● **Your objective**:
Where a line in the listing below contains the word "point", copy that line.

■ ■ ■ ■

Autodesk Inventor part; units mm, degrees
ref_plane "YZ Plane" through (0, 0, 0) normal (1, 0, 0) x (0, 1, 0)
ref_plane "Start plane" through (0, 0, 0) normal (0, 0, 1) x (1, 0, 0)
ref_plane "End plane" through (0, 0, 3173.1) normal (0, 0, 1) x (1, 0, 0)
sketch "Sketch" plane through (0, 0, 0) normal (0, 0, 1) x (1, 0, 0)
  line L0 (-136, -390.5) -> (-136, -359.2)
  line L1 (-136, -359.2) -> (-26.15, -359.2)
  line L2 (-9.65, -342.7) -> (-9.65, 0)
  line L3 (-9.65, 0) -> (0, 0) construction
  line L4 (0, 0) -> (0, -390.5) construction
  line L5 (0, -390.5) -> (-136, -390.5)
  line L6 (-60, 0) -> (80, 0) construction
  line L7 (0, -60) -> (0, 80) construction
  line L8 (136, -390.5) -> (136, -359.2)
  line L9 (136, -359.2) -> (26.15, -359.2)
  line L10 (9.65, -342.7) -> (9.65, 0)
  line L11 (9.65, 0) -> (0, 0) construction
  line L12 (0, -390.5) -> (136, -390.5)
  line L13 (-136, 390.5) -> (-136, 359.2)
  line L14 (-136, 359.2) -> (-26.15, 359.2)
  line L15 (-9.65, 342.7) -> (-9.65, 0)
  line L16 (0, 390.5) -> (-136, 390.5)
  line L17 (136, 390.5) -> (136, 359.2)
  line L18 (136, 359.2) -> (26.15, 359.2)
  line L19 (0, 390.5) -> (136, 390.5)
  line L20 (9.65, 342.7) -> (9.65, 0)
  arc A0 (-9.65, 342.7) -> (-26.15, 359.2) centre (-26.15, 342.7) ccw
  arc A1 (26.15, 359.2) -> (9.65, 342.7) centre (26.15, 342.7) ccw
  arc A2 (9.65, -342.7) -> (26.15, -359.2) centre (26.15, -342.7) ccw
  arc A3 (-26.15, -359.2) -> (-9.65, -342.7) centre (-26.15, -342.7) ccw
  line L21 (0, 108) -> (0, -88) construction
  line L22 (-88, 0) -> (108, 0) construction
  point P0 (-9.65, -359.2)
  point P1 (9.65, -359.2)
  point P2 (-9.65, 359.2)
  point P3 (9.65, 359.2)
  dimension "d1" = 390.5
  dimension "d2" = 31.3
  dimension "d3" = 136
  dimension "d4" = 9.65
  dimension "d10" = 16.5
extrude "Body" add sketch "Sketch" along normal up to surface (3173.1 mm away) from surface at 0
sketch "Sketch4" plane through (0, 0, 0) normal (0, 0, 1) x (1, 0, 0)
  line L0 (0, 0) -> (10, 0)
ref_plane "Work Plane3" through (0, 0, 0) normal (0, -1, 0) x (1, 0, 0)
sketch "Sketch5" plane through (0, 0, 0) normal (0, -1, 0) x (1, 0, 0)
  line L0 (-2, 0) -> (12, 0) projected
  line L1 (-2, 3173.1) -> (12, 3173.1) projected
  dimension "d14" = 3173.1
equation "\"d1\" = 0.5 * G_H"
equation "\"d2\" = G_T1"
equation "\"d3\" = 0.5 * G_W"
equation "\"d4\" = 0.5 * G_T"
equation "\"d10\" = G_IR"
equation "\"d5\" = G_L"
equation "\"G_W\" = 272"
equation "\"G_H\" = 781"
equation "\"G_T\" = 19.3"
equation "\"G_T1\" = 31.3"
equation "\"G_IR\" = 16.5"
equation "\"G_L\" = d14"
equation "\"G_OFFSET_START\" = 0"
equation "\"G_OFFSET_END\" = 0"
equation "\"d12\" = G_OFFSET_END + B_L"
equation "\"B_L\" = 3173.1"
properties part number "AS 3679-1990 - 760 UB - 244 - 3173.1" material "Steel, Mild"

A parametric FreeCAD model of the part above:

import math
import FreeCAD as App
import Part
import Sketcher
from FreeCAD import Vector

doc = App.newDocument("Part")
body = doc.addObject("PartDesign::Body", "Body")

# Sketch on XY plane
sketch1 = body.newObject("Sketcher::SketchObject", "Sketch")
sketch1.AttachmentSupport = (doc.getObject("XY_Plane"), [""])
sketch1.MapMode = "FlatFace"
sketch1.addGeometry([
    Part.LineSegment(Vector(-136, -359, 0), Vector(-136, -390, 0)),  # 0
    Part.LineSegment(Vector(-136, -390, 0), Vector(136, -390, 0)),  # 1
    Part.LineSegment(Vector(136, -390, 0), Vector(136, -359, 0)),  # 2
    Part.LineSegment(Vector(136, -359, 0), Vector(26, -359, 0)),  # 3
    Part.ArcOfCircle(Part.Circle(Vector(26, -343, 0), Vector(0, 0, 1), 16), math.radians(180), math.radians(270)),  # 4
    Part.LineSegment(Vector(10, -343, 0), Vector(10, 343, 0)),  # 5
    Part.ArcOfCircle(Part.Circle(Vector(26, 343, 0), Vector(0, 0, 1), 16), math.radians(90), math.radians(180)),  # 6
    Part.LineSegment(Vector(26, 359, 0), Vector(136, 359, 0)),  # 7
    Part.LineSegment(Vector(136, 359, 0), Vector(136, 390, 0)),  # 8
    Part.LineSegment(Vector(136, 390, 0), Vector(-136, 390, 0)),  # 9
    Part.LineSegment(Vector(-136, 390, 0), Vector(-136, 359, 0)),  # 10
    Part.LineSegment(Vector(-136, 359, 0), Vector(-26, 359, 0)),  # 11
    Part.ArcOfCircle(Part.Circle(Vector(-26, 343, 0), Vector(0, 0, 1), 16), math.radians(0), math.radians(90)),  # 12
    Part.LineSegment(Vector(-10, 343, 0), Vector(-10, -343, 0)),  # 13
    Part.ArcOfCircle(Part.Circle(Vector(-26, -343, 0), Vector(0, 0, 1), 16), math.radians(-90), math.radians(0)),  # 14
    Part.LineSegment(Vector(-26, -359, 0), Vector(-136, -359, 0)),  # 15
], False)
sketch1.addConstraint([
    Sketcher.Constraint("Coincident", 0, 2, 1, 1),
    Sketcher.Constraint("Coincident", 1, 2, 2, 1),
    Sketcher.Constraint("Coincident", 2, 2, 3, 1),
    Sketcher.Constraint("Tangent", 3, 2, 4, 2),
    Sketcher.Constraint("Tangent", 4, 1, 5, 1),
    Sketcher.Constraint("Tangent", 5, 2, 6, 2),
    Sketcher.Constraint("Tangent", 6, 1, 7, 1),
    Sketcher.Constraint("Coincident", 7, 2, 8, 1),
    Sketcher.Constraint("Coincident", 8, 2, 9, 1),
    Sketcher.Constraint("Coincident", 9, 2, 10, 1),
    Sketcher.Constraint("Coincident", 10, 2, 11, 1),
    Sketcher.Constraint("Tangent", 11, 2, 12, 2),
    Sketcher.Constraint("Tangent", 12, 1, 13, 1),
    Sketcher.Constraint("Tangent", 13, 2, 14, 2),
    Sketcher.Constraint("Tangent", 14, 1, 15, 1),
    Sketcher.Constraint("Coincident", 15, 2, 0, 1),
    Sketcher.Constraint("Vertical", 0),
    Sketcher.Constraint("Horizontal", 1),
    Sketcher.Constraint("Vertical", 2),
    Sketcher.Constraint("Horizontal", 3),
    Sketcher.Constraint("Vertical", 5),
    Sketcher.Constraint("Horizontal", 7),
    Sketcher.Constraint("Vertical", 8),
    Sketcher.Constraint("Horizontal", 9),
    Sketcher.Constraint("Vertical", 10),
    Sketcher.Constraint("Horizontal", 11),
    Sketcher.Constraint("Vertical", 13),
    Sketcher.Constraint("Horizontal", 15),
    Sketcher.Constraint("Equal", 4, 6),
    Sketcher.Constraint("Equal", 6, 12),
    Sketcher.Constraint("Equal", 12, 14),
    Sketcher.Constraint("Symmetric", 4, 3, 12, 3, -1, 1),
    Sketcher.Constraint("Symmetric", 0, 2, 8, 2, -1, 1),
    Sketcher.Constraint("Symmetric", 7, 2, 10, 2, -2),
    Sketcher.Constraint("Symmetric", 2, 2, 15, 2, -2),
    Sketcher.Constraint("Radius", 4, 16.5),
    Sketcher.Constraint("DistanceY", 0, 2, 0, 1, 31.3),
    Sketcher.Constraint("DistanceX", 0, 2, -1, 1, 136.0),
    Sketcher.Constraint("DistanceY", 0, 2, -1, 1, 390.5),
    Sketcher.Constraint("DistanceX", -1, 1, 4, 1, 9.65),
])
pad1 = body.newObject("PartDesign::Pad", "Pad")
pad1.Profile = sketch1
pad1.Length = 3173.1

doc.recompute()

■ ■ ■ ■

● **Output**:
  point P0 (-9.65, -359.2)
  point P1 (9.65, -359.2)
  point P2 (-9.65, 359.2)
  point P3 (9.65, 359.2)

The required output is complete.